• EXERCISE INSTRUCTIONS:
Copy the data exactly from the line that contains "#47=DIRECTION('',(-1.,0.,0.));" through the line that contains "#60=FACE_BOUND('',#59,.T.);", keeping both end lines and leaving out everything else.

• INPUT FOR THIS TASK:
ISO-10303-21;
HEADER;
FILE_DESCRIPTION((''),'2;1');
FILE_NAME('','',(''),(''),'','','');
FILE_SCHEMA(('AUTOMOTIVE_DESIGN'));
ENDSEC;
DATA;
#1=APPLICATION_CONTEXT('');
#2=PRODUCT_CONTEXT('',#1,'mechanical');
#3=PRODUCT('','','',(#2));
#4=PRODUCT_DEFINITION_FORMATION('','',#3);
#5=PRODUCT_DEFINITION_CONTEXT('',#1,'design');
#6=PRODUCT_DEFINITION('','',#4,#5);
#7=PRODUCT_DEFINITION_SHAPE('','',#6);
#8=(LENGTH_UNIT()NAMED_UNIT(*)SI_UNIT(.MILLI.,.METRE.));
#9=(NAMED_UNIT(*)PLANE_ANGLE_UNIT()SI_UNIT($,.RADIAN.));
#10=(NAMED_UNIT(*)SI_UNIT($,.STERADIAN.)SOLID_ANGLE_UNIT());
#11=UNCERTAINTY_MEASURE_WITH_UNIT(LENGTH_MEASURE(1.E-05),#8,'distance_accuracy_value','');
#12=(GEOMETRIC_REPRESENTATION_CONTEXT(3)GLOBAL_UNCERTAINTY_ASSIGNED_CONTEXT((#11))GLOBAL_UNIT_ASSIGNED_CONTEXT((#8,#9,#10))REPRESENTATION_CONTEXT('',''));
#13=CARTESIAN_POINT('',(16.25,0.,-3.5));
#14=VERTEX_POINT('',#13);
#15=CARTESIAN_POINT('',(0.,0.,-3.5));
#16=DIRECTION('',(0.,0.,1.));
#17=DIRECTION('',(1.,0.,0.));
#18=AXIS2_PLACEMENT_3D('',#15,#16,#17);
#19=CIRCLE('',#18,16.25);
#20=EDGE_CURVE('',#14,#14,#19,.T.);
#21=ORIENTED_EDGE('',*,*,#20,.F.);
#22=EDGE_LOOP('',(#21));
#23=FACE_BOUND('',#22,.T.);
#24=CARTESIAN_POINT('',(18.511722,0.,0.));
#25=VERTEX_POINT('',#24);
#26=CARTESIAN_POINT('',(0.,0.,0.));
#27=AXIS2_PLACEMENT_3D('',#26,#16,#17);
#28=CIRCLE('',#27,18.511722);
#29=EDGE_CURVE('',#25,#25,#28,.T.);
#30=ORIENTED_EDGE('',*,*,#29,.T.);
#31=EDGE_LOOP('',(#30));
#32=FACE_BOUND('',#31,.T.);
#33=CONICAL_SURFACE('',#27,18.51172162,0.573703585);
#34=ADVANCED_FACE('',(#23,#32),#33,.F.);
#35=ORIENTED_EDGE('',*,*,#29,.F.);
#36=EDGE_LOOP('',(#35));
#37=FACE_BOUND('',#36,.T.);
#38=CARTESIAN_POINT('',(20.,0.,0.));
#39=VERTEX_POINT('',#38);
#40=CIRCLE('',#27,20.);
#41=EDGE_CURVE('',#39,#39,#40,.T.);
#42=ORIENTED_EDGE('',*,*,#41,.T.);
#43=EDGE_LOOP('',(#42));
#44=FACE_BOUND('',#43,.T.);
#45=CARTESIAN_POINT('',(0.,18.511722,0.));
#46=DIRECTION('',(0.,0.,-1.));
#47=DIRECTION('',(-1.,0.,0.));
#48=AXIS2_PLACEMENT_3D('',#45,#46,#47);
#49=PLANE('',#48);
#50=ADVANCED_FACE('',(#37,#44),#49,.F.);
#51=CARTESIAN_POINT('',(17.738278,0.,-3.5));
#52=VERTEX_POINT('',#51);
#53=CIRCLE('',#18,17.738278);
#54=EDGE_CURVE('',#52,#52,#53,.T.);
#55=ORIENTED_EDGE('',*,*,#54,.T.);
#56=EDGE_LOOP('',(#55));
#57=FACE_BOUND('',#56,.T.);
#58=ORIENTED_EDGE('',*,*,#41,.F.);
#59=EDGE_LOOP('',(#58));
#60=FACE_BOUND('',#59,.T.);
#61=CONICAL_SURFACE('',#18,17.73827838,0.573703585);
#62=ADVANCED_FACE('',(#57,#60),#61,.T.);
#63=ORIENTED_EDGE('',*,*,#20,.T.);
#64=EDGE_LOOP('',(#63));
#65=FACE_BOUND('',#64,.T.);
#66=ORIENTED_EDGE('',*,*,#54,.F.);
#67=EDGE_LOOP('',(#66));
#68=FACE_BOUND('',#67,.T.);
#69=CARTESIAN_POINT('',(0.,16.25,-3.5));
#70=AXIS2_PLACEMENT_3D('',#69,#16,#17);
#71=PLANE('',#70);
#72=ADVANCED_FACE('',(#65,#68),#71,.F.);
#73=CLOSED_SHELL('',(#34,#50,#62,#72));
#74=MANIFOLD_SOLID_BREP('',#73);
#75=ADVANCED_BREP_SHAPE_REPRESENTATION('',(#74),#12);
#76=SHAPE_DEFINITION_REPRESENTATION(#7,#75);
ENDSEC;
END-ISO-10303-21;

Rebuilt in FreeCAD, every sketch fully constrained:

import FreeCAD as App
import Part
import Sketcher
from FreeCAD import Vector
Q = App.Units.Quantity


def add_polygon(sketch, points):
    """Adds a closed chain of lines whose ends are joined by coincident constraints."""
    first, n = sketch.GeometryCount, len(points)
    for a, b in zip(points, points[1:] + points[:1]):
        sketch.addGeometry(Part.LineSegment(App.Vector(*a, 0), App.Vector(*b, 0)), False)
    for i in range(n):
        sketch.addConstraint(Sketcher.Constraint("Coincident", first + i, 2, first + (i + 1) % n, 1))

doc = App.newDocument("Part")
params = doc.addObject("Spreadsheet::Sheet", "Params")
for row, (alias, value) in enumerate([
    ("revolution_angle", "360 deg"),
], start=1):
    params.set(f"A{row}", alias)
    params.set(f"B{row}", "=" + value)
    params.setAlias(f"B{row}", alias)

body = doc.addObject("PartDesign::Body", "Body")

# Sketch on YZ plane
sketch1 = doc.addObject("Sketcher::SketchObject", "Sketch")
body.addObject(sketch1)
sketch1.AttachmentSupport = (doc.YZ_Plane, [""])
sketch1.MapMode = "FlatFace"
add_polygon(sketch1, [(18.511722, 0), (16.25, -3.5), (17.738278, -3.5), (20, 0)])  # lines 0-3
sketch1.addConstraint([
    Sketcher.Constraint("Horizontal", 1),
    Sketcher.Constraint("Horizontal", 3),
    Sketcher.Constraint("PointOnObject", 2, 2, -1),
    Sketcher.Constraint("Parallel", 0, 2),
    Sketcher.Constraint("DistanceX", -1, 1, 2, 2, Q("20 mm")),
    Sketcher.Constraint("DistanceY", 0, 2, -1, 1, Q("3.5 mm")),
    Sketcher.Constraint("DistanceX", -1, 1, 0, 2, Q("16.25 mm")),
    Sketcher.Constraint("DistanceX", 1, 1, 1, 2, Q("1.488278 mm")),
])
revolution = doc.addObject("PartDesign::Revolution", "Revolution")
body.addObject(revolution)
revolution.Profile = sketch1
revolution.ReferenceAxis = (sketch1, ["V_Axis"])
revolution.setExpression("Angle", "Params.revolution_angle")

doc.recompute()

--

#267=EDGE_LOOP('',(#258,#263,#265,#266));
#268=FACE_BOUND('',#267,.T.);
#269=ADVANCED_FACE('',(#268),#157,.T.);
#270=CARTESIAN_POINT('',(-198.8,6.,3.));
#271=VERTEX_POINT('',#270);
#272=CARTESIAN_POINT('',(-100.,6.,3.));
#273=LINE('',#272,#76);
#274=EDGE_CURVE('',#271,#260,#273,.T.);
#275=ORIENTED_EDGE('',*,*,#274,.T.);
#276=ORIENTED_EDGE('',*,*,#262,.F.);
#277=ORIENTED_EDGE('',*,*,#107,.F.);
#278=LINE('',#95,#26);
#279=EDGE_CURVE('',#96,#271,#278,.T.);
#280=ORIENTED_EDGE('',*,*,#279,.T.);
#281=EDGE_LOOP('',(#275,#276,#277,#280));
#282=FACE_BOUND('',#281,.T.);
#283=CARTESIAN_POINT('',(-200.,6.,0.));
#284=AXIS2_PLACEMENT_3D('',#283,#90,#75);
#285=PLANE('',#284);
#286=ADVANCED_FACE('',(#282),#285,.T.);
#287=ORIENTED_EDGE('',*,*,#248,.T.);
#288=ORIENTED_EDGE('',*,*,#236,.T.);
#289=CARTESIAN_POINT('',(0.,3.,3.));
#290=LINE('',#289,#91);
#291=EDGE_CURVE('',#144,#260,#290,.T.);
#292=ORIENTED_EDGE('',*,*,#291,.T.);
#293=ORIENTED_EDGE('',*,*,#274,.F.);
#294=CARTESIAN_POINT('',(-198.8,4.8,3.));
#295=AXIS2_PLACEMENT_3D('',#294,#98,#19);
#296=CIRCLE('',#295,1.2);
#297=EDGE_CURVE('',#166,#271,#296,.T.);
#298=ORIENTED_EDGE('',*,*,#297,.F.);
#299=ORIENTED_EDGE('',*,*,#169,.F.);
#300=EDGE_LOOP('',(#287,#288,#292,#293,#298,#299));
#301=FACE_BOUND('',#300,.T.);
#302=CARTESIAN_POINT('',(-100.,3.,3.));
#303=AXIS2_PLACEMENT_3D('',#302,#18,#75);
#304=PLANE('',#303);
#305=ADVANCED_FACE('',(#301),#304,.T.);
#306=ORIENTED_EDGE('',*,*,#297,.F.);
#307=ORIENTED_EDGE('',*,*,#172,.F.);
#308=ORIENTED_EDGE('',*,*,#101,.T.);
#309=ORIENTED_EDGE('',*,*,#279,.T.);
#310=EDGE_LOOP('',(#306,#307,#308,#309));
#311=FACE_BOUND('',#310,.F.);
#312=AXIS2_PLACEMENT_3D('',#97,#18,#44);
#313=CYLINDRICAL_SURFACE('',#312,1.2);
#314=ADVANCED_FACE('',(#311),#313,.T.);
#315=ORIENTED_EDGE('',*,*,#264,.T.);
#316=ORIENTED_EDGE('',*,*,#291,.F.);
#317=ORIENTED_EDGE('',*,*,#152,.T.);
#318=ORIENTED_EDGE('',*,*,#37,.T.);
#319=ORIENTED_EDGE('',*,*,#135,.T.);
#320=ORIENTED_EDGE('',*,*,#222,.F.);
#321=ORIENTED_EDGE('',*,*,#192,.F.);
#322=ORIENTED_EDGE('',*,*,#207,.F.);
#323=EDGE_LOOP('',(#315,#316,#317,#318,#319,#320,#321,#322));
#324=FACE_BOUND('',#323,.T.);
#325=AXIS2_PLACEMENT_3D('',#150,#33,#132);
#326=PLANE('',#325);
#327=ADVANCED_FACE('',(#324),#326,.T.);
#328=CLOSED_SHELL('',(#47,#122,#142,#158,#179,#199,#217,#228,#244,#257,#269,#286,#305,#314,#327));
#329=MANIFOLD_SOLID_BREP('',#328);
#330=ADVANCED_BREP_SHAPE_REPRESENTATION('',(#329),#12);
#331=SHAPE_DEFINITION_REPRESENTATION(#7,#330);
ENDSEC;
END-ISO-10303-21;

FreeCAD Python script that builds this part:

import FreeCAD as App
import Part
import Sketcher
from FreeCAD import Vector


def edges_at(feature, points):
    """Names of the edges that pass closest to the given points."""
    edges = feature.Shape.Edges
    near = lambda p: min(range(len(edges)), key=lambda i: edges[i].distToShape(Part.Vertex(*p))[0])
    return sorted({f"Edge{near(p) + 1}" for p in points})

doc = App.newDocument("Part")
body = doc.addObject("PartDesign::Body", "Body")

• OUTPUT FOR THIS EXERCISE:
#47=DIRECTION('',(-1.,0.,0.));
#48=AXIS2_PLACEMENT_3D('',#45,#46,#47);
#49=PLANE('',#48);
#50=ADVANCED_FACE('',(#37,#44),#49,.F.);
#51=CARTESIAN_POINT('',(17.738278,0.,-3.5));
#52=VERTEX_POINT('',#51);
#53=CIRCLE('',#18,17.738278);
#54=EDGE_CURVE('',#52,#52,#53,.T.);
#55=ORIENTED_EDGE('',*,*,#54,.T.);
#56=EDGE_LOOP('',(#55));
#57=FACE_BOUND('',#56,.T.);
#58=ORIENTED_EDGE('',*,*,#41,.F.);
#59=EDGE_LOOP('',(#58));
#60=FACE_BOUND('',#59,.T.);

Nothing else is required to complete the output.